Why interest rates go up but big bank savings rates don’t
The Federal Reserve just raised the federal funds rate for the eighth time since 2015. But if your money is deposited in one of the biggest banks in the U.S., you may be wondering why the annual percentage yield (APY) on your savings account or CD has barely budged.
The answer has to do with competition. “What banks pay on deposits is a cost,” says Greg McBride, CFA, Bankrate’s chief financial analyst. And some banks, especially the largest ones, are sitting on a pile of deposits now.
“They don’t need more,” McBride says. “They don’t need to compete on price. They’ve got branches on every corner that act like a catcher’s mitt to just bring in the money. So they don’t need to compete.”
Big banks, small interest for depositors
The current national average for a savings account is 0.09 percent APY. At that rate, if you deposit $1,000, at the end of a year you’ll have collected 90 cents in interest, not enough to buy a cup of coffee.
But you can get more interest by shopping around. In fact, a lot more. Some financial institutions on Bankrate have savings accounts as high as 2.10% APY.
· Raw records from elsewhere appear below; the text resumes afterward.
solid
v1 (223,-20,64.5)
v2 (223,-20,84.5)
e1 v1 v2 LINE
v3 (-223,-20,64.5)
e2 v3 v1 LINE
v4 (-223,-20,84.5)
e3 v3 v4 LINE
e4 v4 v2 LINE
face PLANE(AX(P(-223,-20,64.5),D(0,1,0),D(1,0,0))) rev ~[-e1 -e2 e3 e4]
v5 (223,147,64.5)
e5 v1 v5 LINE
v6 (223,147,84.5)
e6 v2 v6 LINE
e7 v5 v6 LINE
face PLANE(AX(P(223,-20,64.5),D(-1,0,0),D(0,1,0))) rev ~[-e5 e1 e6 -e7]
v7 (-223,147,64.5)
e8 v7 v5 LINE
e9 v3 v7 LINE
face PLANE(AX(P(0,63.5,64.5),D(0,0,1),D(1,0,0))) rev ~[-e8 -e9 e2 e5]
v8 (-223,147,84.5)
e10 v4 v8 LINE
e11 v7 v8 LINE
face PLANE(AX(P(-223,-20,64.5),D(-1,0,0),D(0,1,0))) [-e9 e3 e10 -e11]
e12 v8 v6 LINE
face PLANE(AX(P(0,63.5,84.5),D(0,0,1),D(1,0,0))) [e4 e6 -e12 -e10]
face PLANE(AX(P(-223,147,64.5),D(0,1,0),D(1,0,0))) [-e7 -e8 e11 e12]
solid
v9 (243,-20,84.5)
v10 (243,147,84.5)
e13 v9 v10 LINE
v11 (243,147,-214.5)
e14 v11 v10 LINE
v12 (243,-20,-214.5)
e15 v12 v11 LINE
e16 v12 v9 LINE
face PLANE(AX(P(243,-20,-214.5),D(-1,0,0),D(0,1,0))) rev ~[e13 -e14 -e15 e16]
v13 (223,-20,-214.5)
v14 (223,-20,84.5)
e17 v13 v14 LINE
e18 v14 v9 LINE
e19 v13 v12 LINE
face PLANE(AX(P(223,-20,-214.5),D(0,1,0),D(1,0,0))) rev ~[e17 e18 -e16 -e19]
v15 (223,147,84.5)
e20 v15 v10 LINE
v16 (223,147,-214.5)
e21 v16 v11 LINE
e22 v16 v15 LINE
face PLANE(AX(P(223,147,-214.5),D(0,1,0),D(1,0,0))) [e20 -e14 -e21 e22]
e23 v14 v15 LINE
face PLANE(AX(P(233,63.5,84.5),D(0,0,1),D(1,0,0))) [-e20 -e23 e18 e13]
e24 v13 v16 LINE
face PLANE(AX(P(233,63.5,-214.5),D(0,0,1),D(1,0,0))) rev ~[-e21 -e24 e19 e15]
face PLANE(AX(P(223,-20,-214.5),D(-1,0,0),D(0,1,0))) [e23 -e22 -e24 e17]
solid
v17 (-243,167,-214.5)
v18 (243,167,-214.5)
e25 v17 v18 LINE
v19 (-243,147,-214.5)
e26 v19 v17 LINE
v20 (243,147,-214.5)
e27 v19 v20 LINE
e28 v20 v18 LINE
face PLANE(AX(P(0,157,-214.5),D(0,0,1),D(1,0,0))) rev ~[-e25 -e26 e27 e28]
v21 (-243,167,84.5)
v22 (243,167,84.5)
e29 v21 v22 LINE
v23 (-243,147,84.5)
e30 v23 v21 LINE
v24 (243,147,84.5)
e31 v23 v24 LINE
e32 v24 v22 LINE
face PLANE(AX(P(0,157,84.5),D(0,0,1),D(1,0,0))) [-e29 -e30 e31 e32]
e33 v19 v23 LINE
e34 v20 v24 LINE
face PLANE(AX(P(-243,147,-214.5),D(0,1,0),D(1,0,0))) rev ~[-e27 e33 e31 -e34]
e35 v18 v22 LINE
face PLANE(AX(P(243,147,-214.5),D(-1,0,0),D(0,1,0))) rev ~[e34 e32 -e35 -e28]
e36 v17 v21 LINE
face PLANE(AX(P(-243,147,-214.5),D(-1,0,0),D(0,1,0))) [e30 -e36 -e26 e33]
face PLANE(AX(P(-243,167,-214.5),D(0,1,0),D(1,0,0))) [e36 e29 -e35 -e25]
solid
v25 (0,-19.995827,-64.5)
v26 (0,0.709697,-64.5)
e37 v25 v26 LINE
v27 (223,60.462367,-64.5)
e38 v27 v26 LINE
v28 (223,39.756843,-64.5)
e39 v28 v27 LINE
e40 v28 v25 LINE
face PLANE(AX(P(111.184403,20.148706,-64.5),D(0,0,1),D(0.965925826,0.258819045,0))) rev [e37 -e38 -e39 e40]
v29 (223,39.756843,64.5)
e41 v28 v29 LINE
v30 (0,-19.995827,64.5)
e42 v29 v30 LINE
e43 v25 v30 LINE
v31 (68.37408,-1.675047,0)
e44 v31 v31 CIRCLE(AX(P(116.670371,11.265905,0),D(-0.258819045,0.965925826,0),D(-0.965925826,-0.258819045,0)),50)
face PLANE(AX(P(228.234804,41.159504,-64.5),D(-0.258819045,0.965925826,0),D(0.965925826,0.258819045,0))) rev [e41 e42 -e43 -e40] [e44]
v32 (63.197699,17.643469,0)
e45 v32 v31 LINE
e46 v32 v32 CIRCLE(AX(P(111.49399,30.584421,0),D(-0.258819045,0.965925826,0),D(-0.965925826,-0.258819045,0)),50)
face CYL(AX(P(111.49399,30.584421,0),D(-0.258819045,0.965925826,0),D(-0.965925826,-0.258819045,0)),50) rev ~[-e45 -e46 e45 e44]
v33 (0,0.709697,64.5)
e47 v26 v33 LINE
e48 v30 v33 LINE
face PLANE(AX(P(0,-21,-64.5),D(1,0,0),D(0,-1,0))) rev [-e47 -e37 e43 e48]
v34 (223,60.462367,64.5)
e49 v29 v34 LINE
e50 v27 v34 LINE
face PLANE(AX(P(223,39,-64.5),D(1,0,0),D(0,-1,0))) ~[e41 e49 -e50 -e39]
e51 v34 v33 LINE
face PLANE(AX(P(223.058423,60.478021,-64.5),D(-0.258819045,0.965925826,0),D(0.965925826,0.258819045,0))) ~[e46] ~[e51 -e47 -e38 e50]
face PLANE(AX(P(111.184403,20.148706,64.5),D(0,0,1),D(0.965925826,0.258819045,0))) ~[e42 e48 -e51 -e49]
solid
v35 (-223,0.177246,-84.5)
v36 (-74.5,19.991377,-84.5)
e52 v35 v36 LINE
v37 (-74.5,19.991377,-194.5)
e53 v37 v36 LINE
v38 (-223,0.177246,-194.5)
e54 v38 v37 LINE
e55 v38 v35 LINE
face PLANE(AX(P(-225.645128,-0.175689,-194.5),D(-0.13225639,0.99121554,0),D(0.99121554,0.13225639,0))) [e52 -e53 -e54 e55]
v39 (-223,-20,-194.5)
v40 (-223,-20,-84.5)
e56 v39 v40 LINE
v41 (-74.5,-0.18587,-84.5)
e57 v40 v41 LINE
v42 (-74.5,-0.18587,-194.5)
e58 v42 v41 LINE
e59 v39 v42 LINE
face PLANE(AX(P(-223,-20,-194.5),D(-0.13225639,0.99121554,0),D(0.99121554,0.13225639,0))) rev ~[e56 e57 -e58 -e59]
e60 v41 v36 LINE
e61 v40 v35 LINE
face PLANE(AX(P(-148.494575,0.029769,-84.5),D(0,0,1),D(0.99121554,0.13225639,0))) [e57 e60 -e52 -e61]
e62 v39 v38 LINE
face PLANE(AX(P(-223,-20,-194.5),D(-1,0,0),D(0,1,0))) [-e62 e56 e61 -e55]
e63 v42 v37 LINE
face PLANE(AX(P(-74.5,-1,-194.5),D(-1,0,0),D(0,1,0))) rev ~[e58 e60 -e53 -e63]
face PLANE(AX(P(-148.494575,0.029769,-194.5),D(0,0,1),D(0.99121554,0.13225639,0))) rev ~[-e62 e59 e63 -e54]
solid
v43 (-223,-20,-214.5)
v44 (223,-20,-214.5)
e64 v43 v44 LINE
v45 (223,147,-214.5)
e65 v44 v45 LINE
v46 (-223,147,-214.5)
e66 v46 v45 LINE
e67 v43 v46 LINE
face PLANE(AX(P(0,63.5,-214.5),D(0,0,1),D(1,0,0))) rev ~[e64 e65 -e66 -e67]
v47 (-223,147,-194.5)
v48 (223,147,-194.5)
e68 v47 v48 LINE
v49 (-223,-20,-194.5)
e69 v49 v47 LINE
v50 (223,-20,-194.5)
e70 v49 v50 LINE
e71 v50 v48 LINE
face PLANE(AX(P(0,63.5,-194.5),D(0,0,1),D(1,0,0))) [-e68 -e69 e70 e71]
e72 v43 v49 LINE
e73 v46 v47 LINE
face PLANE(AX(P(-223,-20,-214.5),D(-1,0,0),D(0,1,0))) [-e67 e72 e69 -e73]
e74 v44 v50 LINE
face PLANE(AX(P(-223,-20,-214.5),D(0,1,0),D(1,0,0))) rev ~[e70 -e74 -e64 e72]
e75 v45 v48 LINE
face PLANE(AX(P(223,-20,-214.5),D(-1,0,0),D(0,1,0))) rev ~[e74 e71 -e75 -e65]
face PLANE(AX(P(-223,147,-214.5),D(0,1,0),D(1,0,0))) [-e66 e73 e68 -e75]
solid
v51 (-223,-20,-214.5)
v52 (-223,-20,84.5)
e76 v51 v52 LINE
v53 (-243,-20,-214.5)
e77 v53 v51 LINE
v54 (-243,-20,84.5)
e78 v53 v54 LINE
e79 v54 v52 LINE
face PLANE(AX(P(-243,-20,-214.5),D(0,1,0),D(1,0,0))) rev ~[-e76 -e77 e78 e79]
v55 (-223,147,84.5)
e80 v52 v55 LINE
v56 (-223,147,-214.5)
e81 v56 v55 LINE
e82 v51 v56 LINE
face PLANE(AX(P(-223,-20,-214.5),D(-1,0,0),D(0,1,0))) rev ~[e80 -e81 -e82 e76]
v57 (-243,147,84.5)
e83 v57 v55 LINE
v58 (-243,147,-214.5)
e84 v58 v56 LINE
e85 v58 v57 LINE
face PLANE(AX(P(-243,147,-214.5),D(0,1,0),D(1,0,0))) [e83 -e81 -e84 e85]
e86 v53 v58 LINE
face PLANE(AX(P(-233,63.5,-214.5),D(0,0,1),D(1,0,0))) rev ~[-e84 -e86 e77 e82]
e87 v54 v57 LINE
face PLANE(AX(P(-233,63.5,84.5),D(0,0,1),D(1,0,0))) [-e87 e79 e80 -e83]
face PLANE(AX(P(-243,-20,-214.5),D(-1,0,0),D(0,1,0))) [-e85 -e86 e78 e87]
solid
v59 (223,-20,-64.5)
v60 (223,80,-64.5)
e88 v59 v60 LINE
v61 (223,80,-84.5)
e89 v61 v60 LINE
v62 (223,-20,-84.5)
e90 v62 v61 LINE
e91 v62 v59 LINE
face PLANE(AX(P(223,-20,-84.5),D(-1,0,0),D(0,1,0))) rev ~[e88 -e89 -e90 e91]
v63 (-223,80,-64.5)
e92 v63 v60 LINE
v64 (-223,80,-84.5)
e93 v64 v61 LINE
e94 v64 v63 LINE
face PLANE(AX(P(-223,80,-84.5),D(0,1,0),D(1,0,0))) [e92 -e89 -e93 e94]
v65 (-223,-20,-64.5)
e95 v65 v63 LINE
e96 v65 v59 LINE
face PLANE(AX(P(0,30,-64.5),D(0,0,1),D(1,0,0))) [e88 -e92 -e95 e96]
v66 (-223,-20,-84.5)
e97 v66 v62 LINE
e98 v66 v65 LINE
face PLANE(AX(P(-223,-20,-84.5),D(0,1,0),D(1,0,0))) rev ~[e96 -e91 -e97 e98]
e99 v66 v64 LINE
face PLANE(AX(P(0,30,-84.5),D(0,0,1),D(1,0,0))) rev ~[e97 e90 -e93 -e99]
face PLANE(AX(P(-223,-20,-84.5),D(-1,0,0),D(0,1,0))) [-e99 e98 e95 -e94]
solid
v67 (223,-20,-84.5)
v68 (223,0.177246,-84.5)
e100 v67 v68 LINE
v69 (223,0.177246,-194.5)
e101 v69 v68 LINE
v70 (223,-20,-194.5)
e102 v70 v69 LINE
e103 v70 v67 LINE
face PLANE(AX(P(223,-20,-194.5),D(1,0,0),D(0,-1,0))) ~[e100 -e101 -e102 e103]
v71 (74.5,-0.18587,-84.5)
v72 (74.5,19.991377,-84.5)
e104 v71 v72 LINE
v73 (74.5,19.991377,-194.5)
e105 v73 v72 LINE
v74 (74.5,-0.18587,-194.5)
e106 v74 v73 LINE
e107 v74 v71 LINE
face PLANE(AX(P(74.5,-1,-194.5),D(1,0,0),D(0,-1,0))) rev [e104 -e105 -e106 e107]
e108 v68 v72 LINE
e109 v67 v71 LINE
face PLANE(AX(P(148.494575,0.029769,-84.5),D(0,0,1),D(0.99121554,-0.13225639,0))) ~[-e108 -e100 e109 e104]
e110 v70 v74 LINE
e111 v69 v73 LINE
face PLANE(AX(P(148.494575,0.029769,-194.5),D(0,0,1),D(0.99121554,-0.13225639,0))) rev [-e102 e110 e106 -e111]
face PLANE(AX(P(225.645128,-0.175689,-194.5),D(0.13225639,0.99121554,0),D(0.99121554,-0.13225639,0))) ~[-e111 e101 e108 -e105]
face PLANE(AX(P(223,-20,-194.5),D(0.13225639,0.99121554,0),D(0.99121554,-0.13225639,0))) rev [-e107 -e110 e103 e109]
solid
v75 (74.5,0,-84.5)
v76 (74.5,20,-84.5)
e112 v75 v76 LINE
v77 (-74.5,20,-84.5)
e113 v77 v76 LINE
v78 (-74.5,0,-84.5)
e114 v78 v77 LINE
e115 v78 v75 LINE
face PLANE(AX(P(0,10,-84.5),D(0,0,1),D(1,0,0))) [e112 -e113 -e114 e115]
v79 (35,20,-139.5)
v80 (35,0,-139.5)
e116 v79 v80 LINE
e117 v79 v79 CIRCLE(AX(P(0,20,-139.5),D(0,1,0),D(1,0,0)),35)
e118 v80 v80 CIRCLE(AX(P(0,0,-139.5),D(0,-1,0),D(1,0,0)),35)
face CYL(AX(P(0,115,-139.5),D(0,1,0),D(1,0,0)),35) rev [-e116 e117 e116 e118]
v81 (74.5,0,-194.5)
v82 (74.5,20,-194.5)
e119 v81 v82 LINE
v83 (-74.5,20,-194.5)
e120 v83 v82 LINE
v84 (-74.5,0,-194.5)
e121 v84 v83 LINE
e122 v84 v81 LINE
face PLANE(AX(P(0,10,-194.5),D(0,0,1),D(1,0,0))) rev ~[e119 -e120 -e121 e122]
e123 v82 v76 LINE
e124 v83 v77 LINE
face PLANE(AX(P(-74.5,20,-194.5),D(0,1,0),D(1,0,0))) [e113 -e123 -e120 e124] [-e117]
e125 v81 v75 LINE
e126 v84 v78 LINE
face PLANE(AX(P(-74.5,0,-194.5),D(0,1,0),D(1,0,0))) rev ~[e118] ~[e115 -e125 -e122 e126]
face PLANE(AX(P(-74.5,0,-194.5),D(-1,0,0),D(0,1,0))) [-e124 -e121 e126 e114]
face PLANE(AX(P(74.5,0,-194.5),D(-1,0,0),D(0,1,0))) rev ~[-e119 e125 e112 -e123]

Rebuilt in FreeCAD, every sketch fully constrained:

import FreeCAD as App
import Part
import Sketcher
Q = App.Units.Quantity

doc = App.newDocument("Part")
body = doc.addObject("PartDesign::Body", "Body")

# Sketch on XY plane
sketch1 = body.newObject("Sketcher::SketchObject", "Sketch")
sketch1.AttachmentSupport = (doc.getObject("XY_Plane"), [""])
sketch1.MapMode = "FlatFace"
sketch1.AttachmentOffset = App.Placement(App.Vector(0, 0, -214.5), App.Rotation())
sketch1.addGeometry(Part.LineSegment(App.Vector(-243, 147, 0), App.Vector(-243, -20, 0)), False)
sketch1.addGeometry(Part.LineSegment(App.Vector(-243, -20, 0), App.Vector(-223, -20, 0)), False)
sketch1.addGeometry(Part.LineSegment(App.Vector(-223, -20, 0), App.Vector(-223, 147, 0)), False)
sketch1.addGeometry(Part.LineSegment(App.Vector(-223, 147, 0), App.Vector(-243, 147, 0)), False)
sketch1.addConstraint(Sketcher.Constraint("Coincident", 0, 2, 1, 1))
sketch1.addConstraint(Sketcher.Constraint("Coincident", 1, 2, 2, 1))
sketch1.addConstraint(Sketcher.Constraint("Coincident", 2, 2, 3, 1))
sketch1.addConstraint(Sketcher.Constraint("Coincident", 3, 2, 0, 1))
sketch1.addConstraint(Sketcher.Constraint("Vertical", 0))
sketch1.addConstraint(Sketcher.Constraint("Horizontal", 1))
sketch1.addConstraint(Sketcher.Constraint("Vertical", 2))
sketch1.addConstraint(Sketcher.Constraint("Horizontal", 3))
sketch1.addConstraint(Sketcher.Constraint("DistanceX", 1, 1, 1, 2, Q("20 mm")))
sketch1.addConstraint(Sketcher.Constraint("DistanceY", 0, 2, 0, 1, Q("167 mm")))
sketch1.addConstraint(Sketcher.Constraint("DistanceX", 0, 2, -1, 1, Q("243 mm")))
sketch1.addConstraint(Sketcher.Constraint("DistanceY", 0, 2, -1, 1, Q("20 mm")))
pad1 = body.newObject("PartDesign::Pad", "Pad")
pad1.Profile = sketch1
pad1.Length = 299
body2 = doc.addObject("PartDesign::Body", "Body001")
If a bank needs more deposits, it’s likely going to pay more to get them. That especially applies to online operations with no brick-and-mortar branches. Interest rates on deposits are “not dictated solely by what the Fed is doing,” McBride says.
On the other hand, banks are quick to change the annual percentage rate on your credit card or home equity line of credit in response to Fed rate moves. These lending products are usually linked to the prime rate, which is going up to 5.25 percent. It was 3.25 percent from December 2008 until the start of eight Federal Reserve rate increases began in December 2015.
“And so when interest rates go up, to avoid erosion of profitability banks need the rate on your loans to go up at least as much as what you do on deposits,” McBride says. “That’s why you see banks very quickly pass along higher rates on loans – particularly those that are pegged to the prime rate.”
Go to a bank that’s fighting for your money
From a business perspective, it makes sense that if banks need deposits they’re going to pay more to attract them. But if some of the larger banks aren’t offering a competitive APY on its savings accounts, you do have options.
“There are plenty of online banks, smaller, regional and community banks — and even credit unions – that are eager for deposits,” McBride says. “And they don’t have branches on every corner. So how do they compete? They pay a higher rate of return.”
The two largest banks in the U.S., based on total assets, are Chase and Bank of America. Chase pays 0.01 percent APY on its savings accounts and Bank of America, up to 0.06 percent APY. Compare that with Bankrate’s top savings account in September 2018, Citizens Access at 2.12 percent APY.
Same safety, much better APY
Make sure the bank that you choose for the higher APY is insured by the FDIC – or if it’s a credit union that it’s protected by the National Credit Union Share Insurance Fund. The standard FDIC deposit insurance amount is $250,000 per depositor, per FDIC-insured bank, per ownership category. At a National Credit Union Administration (NCUA) institution, the Share Insurance Fund insures individual accounts up to $250,000, and a member’s interest in all joint accounts combined is up to $250,000.
“And as consumers, we’re protected by federal deposit insurance, so there’s no greater risk involved in earning that 2 percent than in earning .02 percent,” McBride says.
One-year CDs another option
If you’re looking for a higher APY and don’t need your money for a relatively short time horizon, a 1-year CD might be an attractive option. Again, you’ll find that the biggest banks may not be competitive based on APY.
A Chase 1-year CD, for example, pays up to 0.05 percent APY and a Bank of America CD, 0.07 percent APY. But you can do a lot better. For instance, USALLIANCE Financial is currently at 2.75 percent APY on its 1-year CD.
The lesson for consumers is to go online, check rates, and reap higher interest rates on savings and CDs. You have nothing to lose if you stick with insured institutions, and much interest to gain.